# Task details:
From the line with "#13=CARTESIAN_POINT('',(11.176,-1014.6284,0.));" through the line with "#43=VERTEX_POINT('',#42);", inclusive, return each line of the data below exactly and leave the rest out.

# The input:
◇ ◇ ◇ ◇

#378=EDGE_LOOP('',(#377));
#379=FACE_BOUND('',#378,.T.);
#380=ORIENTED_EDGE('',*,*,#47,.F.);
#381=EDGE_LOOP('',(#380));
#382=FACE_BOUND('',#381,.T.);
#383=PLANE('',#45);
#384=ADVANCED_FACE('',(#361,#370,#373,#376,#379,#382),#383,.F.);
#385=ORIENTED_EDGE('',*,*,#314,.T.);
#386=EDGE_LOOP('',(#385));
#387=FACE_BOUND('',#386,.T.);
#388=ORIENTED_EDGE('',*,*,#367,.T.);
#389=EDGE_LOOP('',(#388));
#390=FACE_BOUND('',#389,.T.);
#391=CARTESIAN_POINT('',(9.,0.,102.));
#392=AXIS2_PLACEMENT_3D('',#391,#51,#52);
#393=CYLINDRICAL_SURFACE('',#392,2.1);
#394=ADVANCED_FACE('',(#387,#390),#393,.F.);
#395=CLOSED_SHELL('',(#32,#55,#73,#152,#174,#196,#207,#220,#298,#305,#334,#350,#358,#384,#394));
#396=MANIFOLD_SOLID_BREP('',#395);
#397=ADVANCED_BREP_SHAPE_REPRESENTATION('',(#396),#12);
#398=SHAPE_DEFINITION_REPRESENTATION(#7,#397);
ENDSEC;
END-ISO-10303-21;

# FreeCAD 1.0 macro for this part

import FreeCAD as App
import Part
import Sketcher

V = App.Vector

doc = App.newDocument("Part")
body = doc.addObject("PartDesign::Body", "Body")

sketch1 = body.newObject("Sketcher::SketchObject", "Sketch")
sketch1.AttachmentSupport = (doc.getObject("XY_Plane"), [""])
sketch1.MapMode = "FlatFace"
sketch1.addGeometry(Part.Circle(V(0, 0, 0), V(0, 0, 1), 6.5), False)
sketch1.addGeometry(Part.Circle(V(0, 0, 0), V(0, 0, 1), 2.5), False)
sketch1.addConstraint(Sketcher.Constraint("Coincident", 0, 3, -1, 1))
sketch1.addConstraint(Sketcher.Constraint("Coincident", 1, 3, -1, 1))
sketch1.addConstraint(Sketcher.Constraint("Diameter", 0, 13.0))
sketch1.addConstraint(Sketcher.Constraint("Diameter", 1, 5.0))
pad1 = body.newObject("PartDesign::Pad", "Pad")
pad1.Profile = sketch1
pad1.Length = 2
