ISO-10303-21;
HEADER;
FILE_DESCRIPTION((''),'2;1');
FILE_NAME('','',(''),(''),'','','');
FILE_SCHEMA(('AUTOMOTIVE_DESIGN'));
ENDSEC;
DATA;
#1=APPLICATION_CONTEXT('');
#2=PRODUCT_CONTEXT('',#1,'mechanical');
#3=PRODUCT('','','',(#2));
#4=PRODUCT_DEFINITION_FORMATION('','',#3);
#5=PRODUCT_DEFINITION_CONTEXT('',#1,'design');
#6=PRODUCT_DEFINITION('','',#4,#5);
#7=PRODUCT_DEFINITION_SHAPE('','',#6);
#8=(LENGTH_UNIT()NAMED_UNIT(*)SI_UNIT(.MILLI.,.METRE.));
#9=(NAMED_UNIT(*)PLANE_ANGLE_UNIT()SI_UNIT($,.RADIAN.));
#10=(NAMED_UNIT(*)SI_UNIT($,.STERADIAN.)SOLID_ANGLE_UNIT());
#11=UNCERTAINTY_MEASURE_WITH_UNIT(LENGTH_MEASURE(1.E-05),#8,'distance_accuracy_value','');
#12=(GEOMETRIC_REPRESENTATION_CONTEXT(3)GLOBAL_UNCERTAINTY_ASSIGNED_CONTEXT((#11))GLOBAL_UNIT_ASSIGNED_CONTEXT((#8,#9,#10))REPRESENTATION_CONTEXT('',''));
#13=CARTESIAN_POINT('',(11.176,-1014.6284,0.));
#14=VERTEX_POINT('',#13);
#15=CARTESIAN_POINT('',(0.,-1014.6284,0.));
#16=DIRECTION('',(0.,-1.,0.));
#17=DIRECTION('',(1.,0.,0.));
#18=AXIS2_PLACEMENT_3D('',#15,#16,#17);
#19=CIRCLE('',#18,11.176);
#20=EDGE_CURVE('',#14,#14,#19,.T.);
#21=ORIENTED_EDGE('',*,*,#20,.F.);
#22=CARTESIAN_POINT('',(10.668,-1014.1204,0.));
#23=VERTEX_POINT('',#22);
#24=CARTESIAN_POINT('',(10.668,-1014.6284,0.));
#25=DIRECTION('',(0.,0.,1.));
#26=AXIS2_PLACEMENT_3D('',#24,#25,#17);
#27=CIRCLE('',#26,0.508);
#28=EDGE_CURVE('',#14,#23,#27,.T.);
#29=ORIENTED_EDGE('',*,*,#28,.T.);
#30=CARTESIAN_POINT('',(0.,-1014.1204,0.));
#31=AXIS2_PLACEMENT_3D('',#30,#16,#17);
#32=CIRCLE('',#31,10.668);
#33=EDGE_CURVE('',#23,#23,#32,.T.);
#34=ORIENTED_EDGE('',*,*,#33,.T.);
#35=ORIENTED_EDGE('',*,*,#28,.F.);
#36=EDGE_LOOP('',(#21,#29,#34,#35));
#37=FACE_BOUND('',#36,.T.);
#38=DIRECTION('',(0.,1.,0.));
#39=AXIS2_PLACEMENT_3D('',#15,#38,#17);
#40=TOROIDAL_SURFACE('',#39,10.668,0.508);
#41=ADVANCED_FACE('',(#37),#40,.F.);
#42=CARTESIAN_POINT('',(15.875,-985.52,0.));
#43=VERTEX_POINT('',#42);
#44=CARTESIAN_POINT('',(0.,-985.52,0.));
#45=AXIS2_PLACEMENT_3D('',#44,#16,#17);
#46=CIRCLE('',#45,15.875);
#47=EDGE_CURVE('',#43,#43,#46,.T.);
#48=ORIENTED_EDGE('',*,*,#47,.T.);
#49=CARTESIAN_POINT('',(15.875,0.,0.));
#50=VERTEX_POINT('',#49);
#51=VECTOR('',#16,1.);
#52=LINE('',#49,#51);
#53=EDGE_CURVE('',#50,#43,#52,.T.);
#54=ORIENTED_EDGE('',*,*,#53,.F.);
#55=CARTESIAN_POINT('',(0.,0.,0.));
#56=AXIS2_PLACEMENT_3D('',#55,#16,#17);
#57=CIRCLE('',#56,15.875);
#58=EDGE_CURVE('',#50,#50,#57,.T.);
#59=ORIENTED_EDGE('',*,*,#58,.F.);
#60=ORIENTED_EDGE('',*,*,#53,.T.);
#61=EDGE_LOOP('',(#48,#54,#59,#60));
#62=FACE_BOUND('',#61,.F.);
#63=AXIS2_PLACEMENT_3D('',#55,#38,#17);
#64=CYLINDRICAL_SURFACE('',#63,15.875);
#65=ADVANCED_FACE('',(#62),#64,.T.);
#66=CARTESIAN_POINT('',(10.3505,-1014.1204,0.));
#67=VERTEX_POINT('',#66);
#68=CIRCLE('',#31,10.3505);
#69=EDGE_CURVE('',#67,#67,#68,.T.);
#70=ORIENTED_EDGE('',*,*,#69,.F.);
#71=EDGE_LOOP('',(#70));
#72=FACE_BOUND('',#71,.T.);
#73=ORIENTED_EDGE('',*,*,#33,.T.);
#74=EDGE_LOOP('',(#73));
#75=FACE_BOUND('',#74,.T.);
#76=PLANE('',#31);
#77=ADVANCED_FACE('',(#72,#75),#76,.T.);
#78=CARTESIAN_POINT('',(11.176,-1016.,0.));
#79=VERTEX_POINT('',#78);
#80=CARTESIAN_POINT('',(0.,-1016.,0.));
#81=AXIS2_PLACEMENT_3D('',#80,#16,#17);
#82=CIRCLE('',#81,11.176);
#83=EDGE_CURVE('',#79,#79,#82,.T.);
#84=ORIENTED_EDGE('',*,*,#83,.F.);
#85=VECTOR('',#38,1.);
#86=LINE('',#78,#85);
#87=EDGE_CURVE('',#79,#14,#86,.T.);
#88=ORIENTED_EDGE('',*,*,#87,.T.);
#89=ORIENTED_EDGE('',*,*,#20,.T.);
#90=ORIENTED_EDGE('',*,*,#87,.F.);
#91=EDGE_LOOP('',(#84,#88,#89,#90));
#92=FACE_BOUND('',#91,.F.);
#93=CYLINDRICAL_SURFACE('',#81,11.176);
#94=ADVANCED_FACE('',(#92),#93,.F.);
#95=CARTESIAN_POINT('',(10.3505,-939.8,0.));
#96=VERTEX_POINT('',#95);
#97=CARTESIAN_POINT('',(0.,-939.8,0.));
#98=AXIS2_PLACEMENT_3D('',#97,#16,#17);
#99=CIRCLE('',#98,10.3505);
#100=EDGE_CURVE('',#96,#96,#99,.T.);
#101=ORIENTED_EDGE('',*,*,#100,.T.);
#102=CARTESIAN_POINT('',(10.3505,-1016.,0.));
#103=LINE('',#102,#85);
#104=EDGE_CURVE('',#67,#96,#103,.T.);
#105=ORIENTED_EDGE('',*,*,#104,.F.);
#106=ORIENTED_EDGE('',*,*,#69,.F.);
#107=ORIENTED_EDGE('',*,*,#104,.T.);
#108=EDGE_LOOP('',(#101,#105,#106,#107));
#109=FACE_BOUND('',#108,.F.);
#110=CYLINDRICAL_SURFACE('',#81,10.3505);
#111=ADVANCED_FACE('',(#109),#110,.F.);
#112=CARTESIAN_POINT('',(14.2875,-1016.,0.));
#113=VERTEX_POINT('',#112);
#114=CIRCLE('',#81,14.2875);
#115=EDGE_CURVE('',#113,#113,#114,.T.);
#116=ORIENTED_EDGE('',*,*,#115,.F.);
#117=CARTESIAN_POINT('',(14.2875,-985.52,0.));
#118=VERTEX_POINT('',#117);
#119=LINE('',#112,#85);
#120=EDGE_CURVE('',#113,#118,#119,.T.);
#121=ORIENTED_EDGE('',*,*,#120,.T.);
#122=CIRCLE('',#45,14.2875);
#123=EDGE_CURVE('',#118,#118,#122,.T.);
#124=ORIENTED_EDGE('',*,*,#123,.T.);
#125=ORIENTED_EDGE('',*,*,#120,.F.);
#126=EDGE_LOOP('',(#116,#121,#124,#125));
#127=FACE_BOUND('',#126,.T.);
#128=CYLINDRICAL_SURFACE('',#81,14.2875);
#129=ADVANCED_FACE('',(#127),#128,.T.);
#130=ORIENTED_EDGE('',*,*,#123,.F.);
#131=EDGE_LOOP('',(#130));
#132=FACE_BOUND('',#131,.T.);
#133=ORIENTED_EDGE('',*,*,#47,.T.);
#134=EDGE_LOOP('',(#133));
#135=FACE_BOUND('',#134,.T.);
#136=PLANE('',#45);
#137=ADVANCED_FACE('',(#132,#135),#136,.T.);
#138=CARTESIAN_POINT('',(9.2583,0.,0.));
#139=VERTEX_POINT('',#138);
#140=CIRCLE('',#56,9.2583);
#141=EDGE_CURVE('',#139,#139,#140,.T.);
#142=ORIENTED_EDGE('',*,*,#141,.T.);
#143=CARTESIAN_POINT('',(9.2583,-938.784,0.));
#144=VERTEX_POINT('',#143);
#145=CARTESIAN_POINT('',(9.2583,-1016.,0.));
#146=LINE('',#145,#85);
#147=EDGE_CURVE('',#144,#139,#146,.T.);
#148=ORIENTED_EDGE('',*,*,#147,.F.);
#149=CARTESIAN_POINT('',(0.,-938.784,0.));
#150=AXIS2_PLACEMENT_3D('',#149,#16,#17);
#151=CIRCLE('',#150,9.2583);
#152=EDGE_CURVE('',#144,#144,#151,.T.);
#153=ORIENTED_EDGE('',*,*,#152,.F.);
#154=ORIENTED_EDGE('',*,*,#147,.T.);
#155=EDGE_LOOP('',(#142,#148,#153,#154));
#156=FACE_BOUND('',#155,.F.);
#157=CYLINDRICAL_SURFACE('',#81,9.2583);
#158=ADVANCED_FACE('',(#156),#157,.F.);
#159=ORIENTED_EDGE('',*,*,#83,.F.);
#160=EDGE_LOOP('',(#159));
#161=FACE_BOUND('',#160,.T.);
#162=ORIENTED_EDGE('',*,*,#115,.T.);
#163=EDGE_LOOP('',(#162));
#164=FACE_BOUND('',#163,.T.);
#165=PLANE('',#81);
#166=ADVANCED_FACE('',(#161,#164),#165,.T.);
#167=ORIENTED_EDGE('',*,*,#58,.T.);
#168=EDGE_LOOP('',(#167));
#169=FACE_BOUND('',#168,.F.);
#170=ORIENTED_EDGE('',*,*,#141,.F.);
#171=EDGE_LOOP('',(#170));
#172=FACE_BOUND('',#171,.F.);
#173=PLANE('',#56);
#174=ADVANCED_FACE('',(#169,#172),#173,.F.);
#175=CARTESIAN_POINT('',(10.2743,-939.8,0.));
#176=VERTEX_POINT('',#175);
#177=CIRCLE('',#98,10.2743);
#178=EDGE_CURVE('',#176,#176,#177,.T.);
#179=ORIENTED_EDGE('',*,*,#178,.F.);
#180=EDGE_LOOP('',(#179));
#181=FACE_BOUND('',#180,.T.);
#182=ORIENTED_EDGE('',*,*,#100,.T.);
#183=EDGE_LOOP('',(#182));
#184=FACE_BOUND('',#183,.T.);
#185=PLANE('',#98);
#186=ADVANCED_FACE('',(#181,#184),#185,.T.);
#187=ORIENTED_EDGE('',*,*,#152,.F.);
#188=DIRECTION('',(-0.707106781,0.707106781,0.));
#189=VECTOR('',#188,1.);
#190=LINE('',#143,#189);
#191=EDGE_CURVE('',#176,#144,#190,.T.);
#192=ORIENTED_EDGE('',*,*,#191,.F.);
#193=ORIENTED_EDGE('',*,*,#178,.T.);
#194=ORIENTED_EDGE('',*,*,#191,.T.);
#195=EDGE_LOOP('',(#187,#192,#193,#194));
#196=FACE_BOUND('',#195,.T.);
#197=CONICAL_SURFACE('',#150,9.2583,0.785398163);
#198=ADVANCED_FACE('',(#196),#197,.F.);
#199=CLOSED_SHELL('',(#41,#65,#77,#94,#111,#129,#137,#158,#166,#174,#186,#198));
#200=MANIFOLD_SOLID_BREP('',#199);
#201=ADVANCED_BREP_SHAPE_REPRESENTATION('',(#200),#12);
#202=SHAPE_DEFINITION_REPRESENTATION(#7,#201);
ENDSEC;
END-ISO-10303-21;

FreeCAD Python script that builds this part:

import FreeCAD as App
import Part
import Sketcher
from FreeCAD import Vector
Q = App.Units.Quantity


def edges_at(feature, points):
    """Names of the edges that pass closest to the given points."""
    edges = feature.Shape.Edges
    near = lambda p: min(range(len(edges)), key=lambda i: edges[i].distToShape(Part.Vertex(*p))[0])
    return sorted({f"Edge{near(p) + 1}" for p in points})

doc = App.newDocument("Part")
body = doc.addObject("PartDesign::Body", "Body")

sketch1 = body.newObject("Sketcher::SketchObject", "Sketch")
sketch1.AttachmentSupport = (doc.getObject("XZ_Plane"), [""])
sketch1.MapMode = "FlatFace"
sketch1.addGeometry(Part.Circle(Vector(0, 0, 0), Vector(0, 0, 1), 15.875), False)
sketch1.addConstraint(Sketcher.Constraint("Coincident", 0, 3, -1, 1))
sketch1.addConstraint(Sketcher.Constraint("Diameter", 0, Q("1.25 in")))
pad1 = body.newObject("PartDesign::Pad", "Pad")
pad1.Profile = sketch1
pad1.Length = Q("40 in")

sketch2 = body.newObject("Sketcher::SketchObject", "Sketch001")
sketch2.AttachmentSupport = (doc.getObject("XZ_Plane"), [""])
sketch2.MapMode = "FlatFace"
sketch2.AttachmentOffset = App.Placement(Vector(0, 0, 40 * 25.4), App.Rotation())
sketch2.addGeometry(Part.Circle(Vector(0, 0, 0), Vector(0, 0, 1), 11.176), False)
sketch2.addConstraint(Sketcher.Constraint("Coincident", 0, 3, -1, 1))
sketch2.addConstraint(Sketcher.Constraint("Diameter", 0, Q("0.88 in")))
pocket1 = body.newObject("PartDesign::Pocket", "Pocket")
pocket1.Profile = sketch2
pocket1.Length = Q("0.074 in")

sketch3 = body.newObject("Sketcher::SketchObject", "Sketch002")
sketch3.AttachmentSupport = (doc.getObject("XZ_Plane"), [""])
sketch3.MapMode = "FlatFace"
sketch3.AttachmentOffset = App.Placement(Vector(0, 0, 40 * 25.4), App.Rotation())
sketch3.addGeometry(Part.Circle(Vector(0, 0, 0), Vector(0, 0, 1), 10.3505), False)
sketch3.addConstraint(Sketcher.Constraint("Coincident", 0, 3, -1, 1))
sketch3.addConstraint(Sketcher.Constraint("Diameter", 0, Q("0.815 in")))
pocket2 = body.newObject("PartDesign::Pocket", "Pocket001")
pocket2.Profile = sketch3
pocket2.Length = Q("3 in")

sketch4 = body.newObject("Sketcher::SketchObject", "Sketch003")
sketch4.AttachmentSupport = (doc.getObject("XZ_Plane"), [""])
sketch4.MapMode = "FlatFace"
sketch4.AttachmentOffset = App.Placement(Vector(0, 0, 40 * 25.4), App.Rotation())
sketch4.addGeometry(Part.Circle(Vector(0, 0, 0), Vector(0, 0, 1), 9.2583), False)
sketch4.addConstraint(Sketcher.Constraint("Coincident", 0, 3, -1, 1))
sketch4.addConstraint(Sketcher.Constraint("Diameter", 0, Q("0.729 in")))
pocket3 = body.newObject("PartDesign::Pocket", "Pocket002")
pocket3.Profile = sketch4
pocket3.Type = "ThroughAll"
doc.recompute()

fillet = body.newObject("PartDesign::Fillet", "Fillet")
fillet.Base = (pocket3, edges_at(pocket3, [(-11.176, -1014.12, 0)]))
fillet.Radius = Q("0.02 in")

sketch5 = body.newObject("Sketcher::SketchObject", "Sketch004")
sketch5.AttachmentSupport = (doc.getObject("XZ_Plane"), [""])
sketch5.MapMode = "FlatFace"
sketch5.AttachmentOffset = App.Placement(Vector(0, 0, 40 * 25.4), App.Rotation())
sketch5.addGeometry(Part.Circle(Vector(0, 0, 0), Vector(0, 0, 1), 15.875), False)
sketch5.addGeometry(Part.Circle(Vector(0, 0, 0), Vector(0, 0, 1), 14.2875), False)
sketch5.addConstraint(Sketcher.Constraint("Coincident", 0, 3, -1, 1))
sketch5.addConstraint(Sketcher.Constraint("Coincident", 1, 3, -1, 1))
sketch5.addConstraint(Sketcher.Constraint("Diameter", 0, Q("1.25 in")))
sketch5.addConstraint(Sketcher.Constraint("Diameter", 1, Q("1.125 in")))
pocket4 = body.newObject("PartDesign::Pocket", "Pocket003")
pocket4.Profile = sketch5
pocket4.Length = Q("1.2 in")
doc.recompute()

chamfer = body.newObject("PartDesign::Chamfer", "Chamfer")
chamfer.Base = (pocket4, edges_at(pocket4, [(-9.258, -939.8, 0)]))
chamfer.Size = Q("0.04 in")

doc.recompute()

◇ ◇ ◇ ◇

# Solution to this task:
#13=CARTESIAN_POINT('',(11.176,-1014.6284,0.));
#14=VERTEX_POINT('',#13);
#15=CARTESIAN_POINT('',(0.,-1014.6284,0.));
#16=DIRECTION('',(0.,-1.,0.));
#17=DIRECTION('',(1.,0.,0.));
#18=AXIS2_PLACEMENT_3D('',#15,#16,#17);
#19=CIRCLE('',#18,11.176);
#20=EDGE_CURVE('',#14,#14,#19,.T.);
#21=ORIENTED_EDGE('',*,*,#20,.F.);
#22=CARTESIAN_POINT('',(10.668,-1014.1204,0.));
#23=VERTEX_POINT('',#22);
#24=CARTESIAN_POINT('',(10.668,-1014.6284,0.));
#25=DIRECTION('',(0.,0.,1.));
#26=AXIS2_PLACEMENT_3D('',#24,#25,#17);
#27=CIRCLE('',#26,0.508);
#28=EDGE_CURVE('',#14,#23,#27,.T.);
#29=ORIENTED_EDGE('',*,*,#28,.T.);
#30=CARTESIAN_POINT('',(0.,-1014.1204,0.));
#31=AXIS2_PLACEMENT_3D('',#30,#16,#17);
#32=CIRCLE('',#31,10.668);
#33=EDGE_CURVE('',#23,#23,#32,.T.);
#34=ORIENTED_EDGE('',*,*,#33,.T.);
#35=ORIENTED_EDGE('',*,*,#28,.F.);
#36=EDGE_LOOP('',(#21,#29,#34,#35));
#37=FACE_BOUND('',#36,.T.);
#38=DIRECTION('',(0.,1.,0.));
#39=AXIS2_PLACEMENT_3D('',#15,#38,#17);
#40=TOROIDAL_SURFACE('',#39,10.668,0.508);
#41=ADVANCED_FACE('',(#37),#40,.F.);
#42=CARTESIAN_POINT('',(15.875,-985.52,0.));
#43=VERTEX_POINT('',#42);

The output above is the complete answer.